Par: Maître Claude Chamberland, avocat et médiateur accrédité à la Cour des Petites Créances
Image: Générée électroniquement ©Gay Globe
Au fil des chroniques, vous êtes nombreux à m’exposer des questions juridiques qui vous préoccupent à des degrés divers. Permettez-moi de profiter de ce temps relativement calme de relâche estivale pour rattraper le temps perdu et répondre en rafale à quelques-unes d’entre elles…
Q: Est-ce que les séances de lectures par des drag queens, dans les écoles et les bibliothèques, sont protégées par la Charte des droits?
R: Bien sûr qu’elles le sont, autant par la Charte québécoise que par la Charte Canadienne. Ce droit à la reconnaissance et à l’exercice, en pleine égalité, des droits et libertés de la personne, constitue le fondement juridique d’une protection contre la discrimination qui doit être à l’abri des ressacs et humeurs politiques du moment. La limite de ce droit doit être raisonnable et sa justification doit pouvoir se démontrer dans le cadre d’une société libre et démocratique.

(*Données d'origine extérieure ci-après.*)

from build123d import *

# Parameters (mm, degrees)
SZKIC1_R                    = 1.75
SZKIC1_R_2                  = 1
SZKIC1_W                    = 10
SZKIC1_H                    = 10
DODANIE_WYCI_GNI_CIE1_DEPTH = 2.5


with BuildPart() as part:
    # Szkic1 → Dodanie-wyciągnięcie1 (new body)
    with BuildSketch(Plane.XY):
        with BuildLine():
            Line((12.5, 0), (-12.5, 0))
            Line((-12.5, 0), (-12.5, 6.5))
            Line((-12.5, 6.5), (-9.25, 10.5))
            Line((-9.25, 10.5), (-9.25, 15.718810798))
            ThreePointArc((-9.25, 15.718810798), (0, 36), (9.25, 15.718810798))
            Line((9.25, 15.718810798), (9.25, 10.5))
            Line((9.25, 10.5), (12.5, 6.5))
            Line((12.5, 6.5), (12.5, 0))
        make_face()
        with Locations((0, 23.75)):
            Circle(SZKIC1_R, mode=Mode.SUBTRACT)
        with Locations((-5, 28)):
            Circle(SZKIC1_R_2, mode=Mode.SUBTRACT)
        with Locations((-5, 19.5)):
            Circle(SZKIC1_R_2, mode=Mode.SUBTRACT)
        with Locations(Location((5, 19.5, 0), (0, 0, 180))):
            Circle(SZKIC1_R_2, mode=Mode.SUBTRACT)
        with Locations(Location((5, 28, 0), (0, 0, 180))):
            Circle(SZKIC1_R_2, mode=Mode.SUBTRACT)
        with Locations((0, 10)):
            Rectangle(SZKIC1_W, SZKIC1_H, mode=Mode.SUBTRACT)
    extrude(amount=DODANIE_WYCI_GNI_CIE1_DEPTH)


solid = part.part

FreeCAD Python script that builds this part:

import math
import FreeCAD as App
import Part
import Sketcher
from FreeCAD import Vector


def add_polygon(sketch, points):
    """Adds a closed chain of lines whose ends are joined by coincident constraints."""
    first, n = sketch.GeometryCount, len(points)
    for a, b in zip(points, points[1:] + points[:1]):
        sketch.addGeometry(Part.LineSegment(App.Vector(*a, 0), App.Vector(*b, 0)), False)
    for i in range(n):
        sketch.addConstraint(Sketcher.Constraint("Coincident", first + i, 2, first + (i + 1) % n, 1))

doc = App.newDocument("Part")
body = doc.addObject("PartDesign::Body", "Body")

# Sketch on XY plane
sketch1 = body.newObject("Sketcher::SketchObject", "Sketch")
sketch1.AttachmentSupport = (doc.getObject("XY_Plane"), [""])
sketch1.MapMode = "FlatFace"
sketch1.addGeometry(Part.LineSegment(Vector(-12.5, 0, 0), Vector(12.5, 0, 0)), False)  # 0
sketch1.addGeometry(Part.LineSegment(Vector(12.5, 0, 0), Vector(12.5, 6.5, 0)), False)  # 1
sketch1.addGeometry(Part.LineSegment(Vector(12.5, 6.5, 0), Vector(9.2, 10.5, 0)), False)  # 2
sketch1.addGeometry(Part.LineSegment(Vector(9.2, 10.5, 0), Vector(9.2, 15.7, 0)), False)  # 3
sketch1.addGeometry(Part.ArcOfCircle(Part.Circle(Vector(0, 23.8, 0), Vector(0, 0, 1), 12.2), math.radians(-41), math.radians(221)), False)  # 4
sketch1.addGeometry(Part.LineSegment(Vector(-9.2, 15.7, 0), Vector(-9.2, 10.5, 0)), False)  # 5
sketch1.addGeometry(Part.LineSegment(Vector(-9.2, 10.5, 0), Vector(-12.5, 6.5, 0)), False)  # 6
sketch1.addGeometry(Part.LineSegment(Vector(-12.5, 6.5, 0), Vector(-12.5, 0, 0)), False)  # 7
add_polygon(sketch1, [(-5, 5), (-5, 15), (5, 15), (5, 5)])  # lines 8-11
sketch1.addGeometry(Part.Circle(Vector(5, 19.5, 0), Vector(0, 0, 1), 1), False)  # 12
sketch1.addGeometry(Part.Circle(Vector(5, 28, 0), Vector(0, 0, 1), 1), False)  # 13
sketch1.addGeometry(Part.Circle(Vector(-5, 19.5, 0), Vector(0, 0, 1), 1), False)  # 14
sketch1.addGeometry(Part.Circle(Vector(0, 23.8, 0), Vector(0, 0, 1), 1.8), False)  # 15
sketch1.addGeometry(Part.Circle(Vector(-5, 28, 0), Vector(0, 0, 1), 1), False)  # 16
sketch1.addConstraint([
    Sketcher.Constraint("Coincident", 0, 2, 1, 1),
    Sketcher.Constraint("Coincident", 1, 2, 2, 1),
    Sketcher.Constraint("Coincident", 2, 2, 3, 1),
    Sketcher.Constraint("Coincident", 3, 2, 4, 1),
    Sketcher.Constraint("Coincident", 4, 2, 5, 1),
    Sketcher.Constraint("Coincident", 5, 2, 6, 1),
    Sketcher.Constraint("Coincident", 6, 2, 7, 1),
    Sketcher.Constraint("Coincident", 7, 2, 0, 1),
    Sketcher.Constraint("Horizontal", 0),
    Sketcher.Constraint("Vertical", 1),
    Sketcher.Constraint("Vertical", 3),
    Sketcher.Constraint("Vertical", 5),
    Sketcher.Constraint("Vertical", 7),
    Sketcher.Constraint("Vertical", 8),
    Sketcher.Constraint("Horizontal", 9),
    Sketcher.Constraint("Vertical", 10),
    Sketcher.Constraint("Horizontal", 11),
    Sketcher.Constraint("Coincident", 15, 3, 4, 3),
    Sketcher.Constraint("Equal", 12, 13),
    Sketcher.Constraint("Equal", 13, 14),
    Sketcher.Constraint("Equal", 14, 16),
    Sketcher.Constraint("Symmetric", 0, 2, 7, 2, -1, 1),
    Sketcher.Constraint("Symmetric", 12, 3, 14, 3, -2),
    Sketcher.Constraint("Symmetric", 13, 3, 16, 3, -2),
    Sketcher.Constraint("Symmetric", 3, 2, 4, 2, -2),
    Sketcher.Constraint("Horizontal", 2, 2, 5, 2),
    Sketcher.Constraint("Horizontal", 1, 2, 6, 2),
    Sketcher.Constraint("Vertical", 12, 3, 13, 3),
    Sketcher.Constraint("Vertical", 16, 3, 8, 2),
    Sketcher.Constraint("Vertical", 13, 3, 9, 2),
    Sketcher.Constraint("Equal", 11, 8),
    Sketcher.Constraint("Diameter", 12, 2.0),
    Sketcher.Constraint("Diameter", 15, 3.5),
    Sketcher.Constraint("DistanceX", 0, 1, 0, 2, 25.0),
    Sketcher.Constraint("DistanceX", 9, 1, 9, 2, 10.0),
    Sketcher.Constraint("Radius", 4, 12.25),
    Sketcher.Constraint("DistanceY", 1, 1, 1, 2, 6.5),
    Sketcher.Constraint("DistanceY", -1, 1, 13, 3, 28.0),
    Sketcher.Constraint("DistanceY", -1, 1, 8, 2, 15.0),
    Sketcher.Constraint("DistanceY", 1, 2, 12, 3, 13.0),
    Sketcher.Constraint("DistanceY", 1, 2, 2, 2, 4.0),
    Sketcher.Constraint("DistanceY", -1, 1, 4, 3, 23.75),
    Sketcher.Constraint("DistanceX", -1, 1, 2, 2, 9.25),
])
pad1 = body.newObject("PartDesign::Pad", "Pad")
pad1.Profile = sketch1
pad1.Length = 2.5

doc.recompute()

Q: Depuis l’arrêt prononcé par la Cour Suprême dans l’affaire entre Mike Ward et Jeremy Gabriel, j’ai l’impression que les pouvoirs du Tribunal des Droits de la Personne ont été réduits. Est-ce le cas?

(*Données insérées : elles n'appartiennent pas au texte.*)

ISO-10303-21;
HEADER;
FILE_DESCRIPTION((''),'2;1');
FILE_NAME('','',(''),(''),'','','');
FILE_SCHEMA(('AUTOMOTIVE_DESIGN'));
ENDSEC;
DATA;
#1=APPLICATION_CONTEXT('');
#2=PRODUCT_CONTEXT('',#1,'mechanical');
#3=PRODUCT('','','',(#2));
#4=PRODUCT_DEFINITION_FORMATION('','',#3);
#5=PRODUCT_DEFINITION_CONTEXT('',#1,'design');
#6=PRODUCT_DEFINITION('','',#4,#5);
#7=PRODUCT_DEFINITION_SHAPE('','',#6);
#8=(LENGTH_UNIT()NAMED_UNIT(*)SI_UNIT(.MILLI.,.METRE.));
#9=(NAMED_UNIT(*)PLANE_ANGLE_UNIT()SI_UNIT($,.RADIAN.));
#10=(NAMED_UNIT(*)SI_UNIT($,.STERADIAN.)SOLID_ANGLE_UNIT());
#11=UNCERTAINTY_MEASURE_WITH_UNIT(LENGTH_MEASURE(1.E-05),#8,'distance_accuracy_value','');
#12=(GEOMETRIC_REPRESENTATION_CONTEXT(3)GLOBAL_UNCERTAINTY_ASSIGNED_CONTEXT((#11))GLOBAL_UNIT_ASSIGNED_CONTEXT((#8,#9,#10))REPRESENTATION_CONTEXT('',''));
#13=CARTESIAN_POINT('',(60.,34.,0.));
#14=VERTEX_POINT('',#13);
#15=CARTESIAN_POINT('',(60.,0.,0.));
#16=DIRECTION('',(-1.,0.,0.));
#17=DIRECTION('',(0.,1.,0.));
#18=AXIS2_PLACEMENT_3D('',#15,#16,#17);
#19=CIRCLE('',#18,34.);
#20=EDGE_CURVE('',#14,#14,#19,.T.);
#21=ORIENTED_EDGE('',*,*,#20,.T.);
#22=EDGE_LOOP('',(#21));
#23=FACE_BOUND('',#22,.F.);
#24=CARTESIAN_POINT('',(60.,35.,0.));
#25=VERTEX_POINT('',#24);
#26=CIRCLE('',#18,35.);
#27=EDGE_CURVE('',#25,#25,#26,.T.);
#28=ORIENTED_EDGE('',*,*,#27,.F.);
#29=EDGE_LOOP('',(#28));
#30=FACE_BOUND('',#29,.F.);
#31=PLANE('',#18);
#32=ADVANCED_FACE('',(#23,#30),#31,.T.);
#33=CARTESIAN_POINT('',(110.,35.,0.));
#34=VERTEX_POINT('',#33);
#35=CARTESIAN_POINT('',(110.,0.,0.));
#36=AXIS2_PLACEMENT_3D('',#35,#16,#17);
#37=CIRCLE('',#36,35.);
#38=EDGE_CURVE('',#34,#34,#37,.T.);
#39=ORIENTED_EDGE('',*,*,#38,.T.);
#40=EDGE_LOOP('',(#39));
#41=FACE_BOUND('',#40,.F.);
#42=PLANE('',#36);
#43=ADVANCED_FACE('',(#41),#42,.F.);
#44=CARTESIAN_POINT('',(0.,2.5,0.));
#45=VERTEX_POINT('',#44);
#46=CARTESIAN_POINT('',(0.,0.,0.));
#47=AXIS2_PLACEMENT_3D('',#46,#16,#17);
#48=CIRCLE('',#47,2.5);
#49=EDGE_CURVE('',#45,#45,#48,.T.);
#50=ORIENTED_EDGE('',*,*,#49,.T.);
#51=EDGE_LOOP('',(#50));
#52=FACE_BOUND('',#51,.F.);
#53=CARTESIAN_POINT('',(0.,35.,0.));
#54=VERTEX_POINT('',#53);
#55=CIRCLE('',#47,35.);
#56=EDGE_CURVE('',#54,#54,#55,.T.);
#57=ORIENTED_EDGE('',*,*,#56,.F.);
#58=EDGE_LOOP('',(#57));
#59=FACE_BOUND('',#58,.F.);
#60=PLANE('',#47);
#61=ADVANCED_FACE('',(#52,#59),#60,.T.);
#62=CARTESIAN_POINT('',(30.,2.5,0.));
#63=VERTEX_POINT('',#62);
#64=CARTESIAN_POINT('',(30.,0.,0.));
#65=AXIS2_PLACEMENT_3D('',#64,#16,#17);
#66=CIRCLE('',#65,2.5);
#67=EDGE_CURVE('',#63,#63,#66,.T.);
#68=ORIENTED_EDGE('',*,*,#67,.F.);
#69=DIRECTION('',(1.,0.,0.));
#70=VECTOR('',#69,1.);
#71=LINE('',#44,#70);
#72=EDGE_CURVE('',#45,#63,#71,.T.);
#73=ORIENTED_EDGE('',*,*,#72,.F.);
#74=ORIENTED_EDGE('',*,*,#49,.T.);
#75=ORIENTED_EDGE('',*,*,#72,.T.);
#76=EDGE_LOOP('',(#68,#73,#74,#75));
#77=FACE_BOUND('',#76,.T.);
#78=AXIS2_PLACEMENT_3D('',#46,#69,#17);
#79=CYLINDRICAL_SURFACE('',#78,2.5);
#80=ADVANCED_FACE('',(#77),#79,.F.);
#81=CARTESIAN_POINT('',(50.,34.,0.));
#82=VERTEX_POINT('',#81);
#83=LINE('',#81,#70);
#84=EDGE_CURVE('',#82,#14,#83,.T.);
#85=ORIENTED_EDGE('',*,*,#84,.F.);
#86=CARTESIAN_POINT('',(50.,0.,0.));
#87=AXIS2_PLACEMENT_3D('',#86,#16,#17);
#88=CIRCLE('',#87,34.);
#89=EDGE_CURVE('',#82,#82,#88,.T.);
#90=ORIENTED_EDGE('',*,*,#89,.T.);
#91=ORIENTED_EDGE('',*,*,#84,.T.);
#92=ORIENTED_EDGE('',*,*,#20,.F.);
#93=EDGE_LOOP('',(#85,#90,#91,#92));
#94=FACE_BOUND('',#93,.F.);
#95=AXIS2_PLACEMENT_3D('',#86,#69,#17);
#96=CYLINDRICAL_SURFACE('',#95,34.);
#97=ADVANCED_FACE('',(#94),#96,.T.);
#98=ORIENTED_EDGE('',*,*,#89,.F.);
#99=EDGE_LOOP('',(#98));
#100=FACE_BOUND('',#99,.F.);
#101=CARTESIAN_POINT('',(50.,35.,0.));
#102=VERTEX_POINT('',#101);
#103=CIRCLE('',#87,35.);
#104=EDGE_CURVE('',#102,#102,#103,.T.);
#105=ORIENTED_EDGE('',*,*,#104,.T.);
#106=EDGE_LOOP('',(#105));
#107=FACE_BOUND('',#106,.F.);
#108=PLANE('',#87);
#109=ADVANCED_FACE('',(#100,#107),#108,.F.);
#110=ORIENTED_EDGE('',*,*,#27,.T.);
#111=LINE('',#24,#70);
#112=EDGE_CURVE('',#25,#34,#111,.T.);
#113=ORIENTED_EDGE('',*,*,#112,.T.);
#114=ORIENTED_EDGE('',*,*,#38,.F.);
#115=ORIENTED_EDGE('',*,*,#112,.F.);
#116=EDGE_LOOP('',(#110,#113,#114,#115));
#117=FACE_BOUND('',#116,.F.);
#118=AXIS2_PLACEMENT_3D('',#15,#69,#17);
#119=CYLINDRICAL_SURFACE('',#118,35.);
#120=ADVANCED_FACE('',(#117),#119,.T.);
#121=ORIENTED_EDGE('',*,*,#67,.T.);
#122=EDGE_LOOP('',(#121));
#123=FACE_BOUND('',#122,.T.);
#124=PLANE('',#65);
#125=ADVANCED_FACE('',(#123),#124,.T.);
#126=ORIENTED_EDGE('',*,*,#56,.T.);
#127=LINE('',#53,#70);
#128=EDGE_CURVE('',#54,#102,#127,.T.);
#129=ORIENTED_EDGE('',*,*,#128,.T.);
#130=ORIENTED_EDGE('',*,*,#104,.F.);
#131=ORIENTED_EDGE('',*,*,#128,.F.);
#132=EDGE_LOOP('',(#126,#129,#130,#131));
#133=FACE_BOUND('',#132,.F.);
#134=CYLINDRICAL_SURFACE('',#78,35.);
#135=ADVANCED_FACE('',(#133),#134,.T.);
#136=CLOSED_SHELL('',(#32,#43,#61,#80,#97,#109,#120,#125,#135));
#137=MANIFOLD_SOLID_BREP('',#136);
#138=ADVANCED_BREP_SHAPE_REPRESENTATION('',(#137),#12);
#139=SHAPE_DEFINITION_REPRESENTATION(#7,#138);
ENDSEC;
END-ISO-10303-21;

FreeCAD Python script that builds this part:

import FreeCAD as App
import Part
import Sketcher

V = App.Vector
Q = App.Units.Quantity


def add_polygon(sketch, points):
    """Adds a closed chain of lines whose ends are joined by coincident constraints."""
    first, n = sketch.GeometryCount, len(points)
    for a, b in zip(points, points[1:] + points[:1]):
        sketch.addGeometry(Part.LineSegment(App.Vector(*a, 0), App.Vector(*b, 0)), False)
    for i in range(n):
        sketch.addConstraint(Sketcher.Constraint("Coincident", first + i, 2, first + (i + 1) % n, 1))

doc = App.newDocument("Part")
params = doc.addObject("Spreadsheet::Sheet", "Params")
for row, (alias, value) in enumerate([
    ("sketch1_width", "30 mm"),
    ("sketch1_width2", "50 mm"),
    ("sketch1_width3", "10 mm"),
    ("sketch1_height", "35 mm"),
    ("sketch1_height2", "1 mm"),
    ("revolution_angle", "360 deg"),
], start=1):
    params.set(f"A{row}", alias)
    params.set(f"B{row}", "=" + value)
    params.setAlias(f"B{row}", alias)

body = doc.addObject("PartDesign::Body", "Body")

# Sketch on XY plane
sketch1 = body.newObject("Sketcher::SketchObject", "Sketch")
sketch1.AttachmentSupport = (doc.getObject("XY_Plane"), [""])
sketch1.MapMode = "FlatFace"
add_polygon(sketch1, [(0, 35), (0, 2.5), (30, 2.5), (30, 0), (110, 0), (110, 35), (60, 35), (60, 34), (50, 34), (50, 35)])  # lines 0-9
sketch1.addConstraint([
    Sketcher.Constraint("Vertical", 0),
    Sketcher.Constraint("Horizontal", 1),
    Sketcher.Constraint("Vertical", 2),
    Sketcher.Constraint("Horizontal", 3),
    Sketcher.Constraint("Vertical", 4),
    Sketcher.Constraint("Horizontal", 5),
    Sketcher.Constraint("Vertical", 6),
    Sketcher.Constraint("Horizontal", 7),
    Sketcher.Constraint("Vertical", 8),
    Sketcher.Constraint("Horizontal", 9),
    Sketcher.Constraint("PointOnObject", 0, 2, -2),
    Sketcher.Constraint("PointOnObject", 2, 2, -1),
    Sketcher.Constraint("Horizontal", 5, 2, 8, 2),
    Sketcher.Constraint("Equal", 5, 9),
    Sketcher.Constraint("DistanceX", 1, 1, 1, 2, Q("30 mm")),
    Sketcher.Constraint("DistanceX", 5, 2, 5, 1, Q("50 mm")),
    Sketcher.Constraint("DistanceX", 7, 2, 7, 1, Q("10 mm")),
    Sketcher.Constraint("DistanceY", 4, 1, 4, 2, Q("35 mm")),
    Sketcher.Constraint("DistanceY", 6, 2, 6, 1, Q("1 mm")),
    Sketcher.Constraint("DistanceY", 2, 2, 2, 1, Q("2.5 mm")),
])
sketch1.setExpression("Constraints[24]", "Params.sketch1_width")
sketch1.setExpression("Constraints[25]", "Params.sketch1_width2")
sketch1.setExpression("Constraints[26]", "Params.sketch1_width3")
sketch1.setExpression("Constraints[27]", "Params.sketch1_height")
sketch1.setExpression("Constraints[28]", "Params.sketch1_height2")
revolution = body.newObject("PartDesign::Revolution", "Revolution")
revolution.Profile = sketch1
revolution.ReferenceAxis = (sketch1, ["H_Axis"])
revolution.setExpression("Angle", "Params.revolution_angle")

doc.recompute()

R: Oh là là! L’analyse des répercussions de l’arrêt Ward ne fait que commencer. Il y aura certainement autant d’analyses qui en seront faites dans les prochains mois et années que de pages au jugement de la Cour Suprême (147 pages). Si ces questions vous intéressent, je vous invite à aller visiter l’excellent site web du TDP et à y consulter la liste commune de jurisprudence au:
Tribunaldesdroitsdelapersonne.ca
De façon générale, mon conseil en lien avec toute question de droits et libertés, incluant bien sûr les allégations de discrimination, est de communiquer avec la Commission des droits de la personne et des droits de la jeunesse pour y formuler une plainte en bonne et due forme. C’est gratuit et le degré d’expertise des membres de la CDPDJ constitue une garantie supplémentaire de sauvegarde de vos droits. La réponse courte à cette question est que la mission du TDP a été en quelque sorte «recentrée» par l’arrêt Ward. S’agissant de verbalisations protégées par la liberté d’expression, le critère tel que précisé dans Ward est le suivant: Le propos doit être, aux yeux d’une personne raisonnable, informée des circonstances et du contexte pertinent, de nature à inciter au mépris ou à la détestation de l’humanité d’un plaignant en lien avec un des éléments protégés par la Charte québécoise (race, sexe, âge, condition sociale, orientation sexuelle, etc.).
Q: Que faire si un avocat refuse de représenter une personne LGBTQ?
R: Un avocat ne peut jamais être contraint à accepter un mandat qu’il ne souhaite pas. L’avocat n’a donc qu’à refuser sans exposer de raison particulière à la personne qui sollicite ses services professionnels. Toutefois, si le refus est fondé uniquement sur l’appartenance d’une personne à la communauté LGBTQ et si cet élément peut être prouvé, il pourra y avoir ouverture à une plainte au Barreau contre l’avocat pour manquement à l’obligation déontologique.
Au préambule du Code de déontologie des avocats découlant de la Loi sur le Barreau et du Code des Professions, il est expressément mentionné que l’avocat est au service de la justice, que l’exercice de la profession repose sur des valeurs de respect des règles de droit, d’accessibilité à la justice, de respect de la personne et de protection des droits fondamentaux, dont celui de ne pas subir de discrimination et de harcèlement.
Une telle situation serait donc clairement dérogatoire au Code de déontologie et appellerait vraisemblablement une sanction.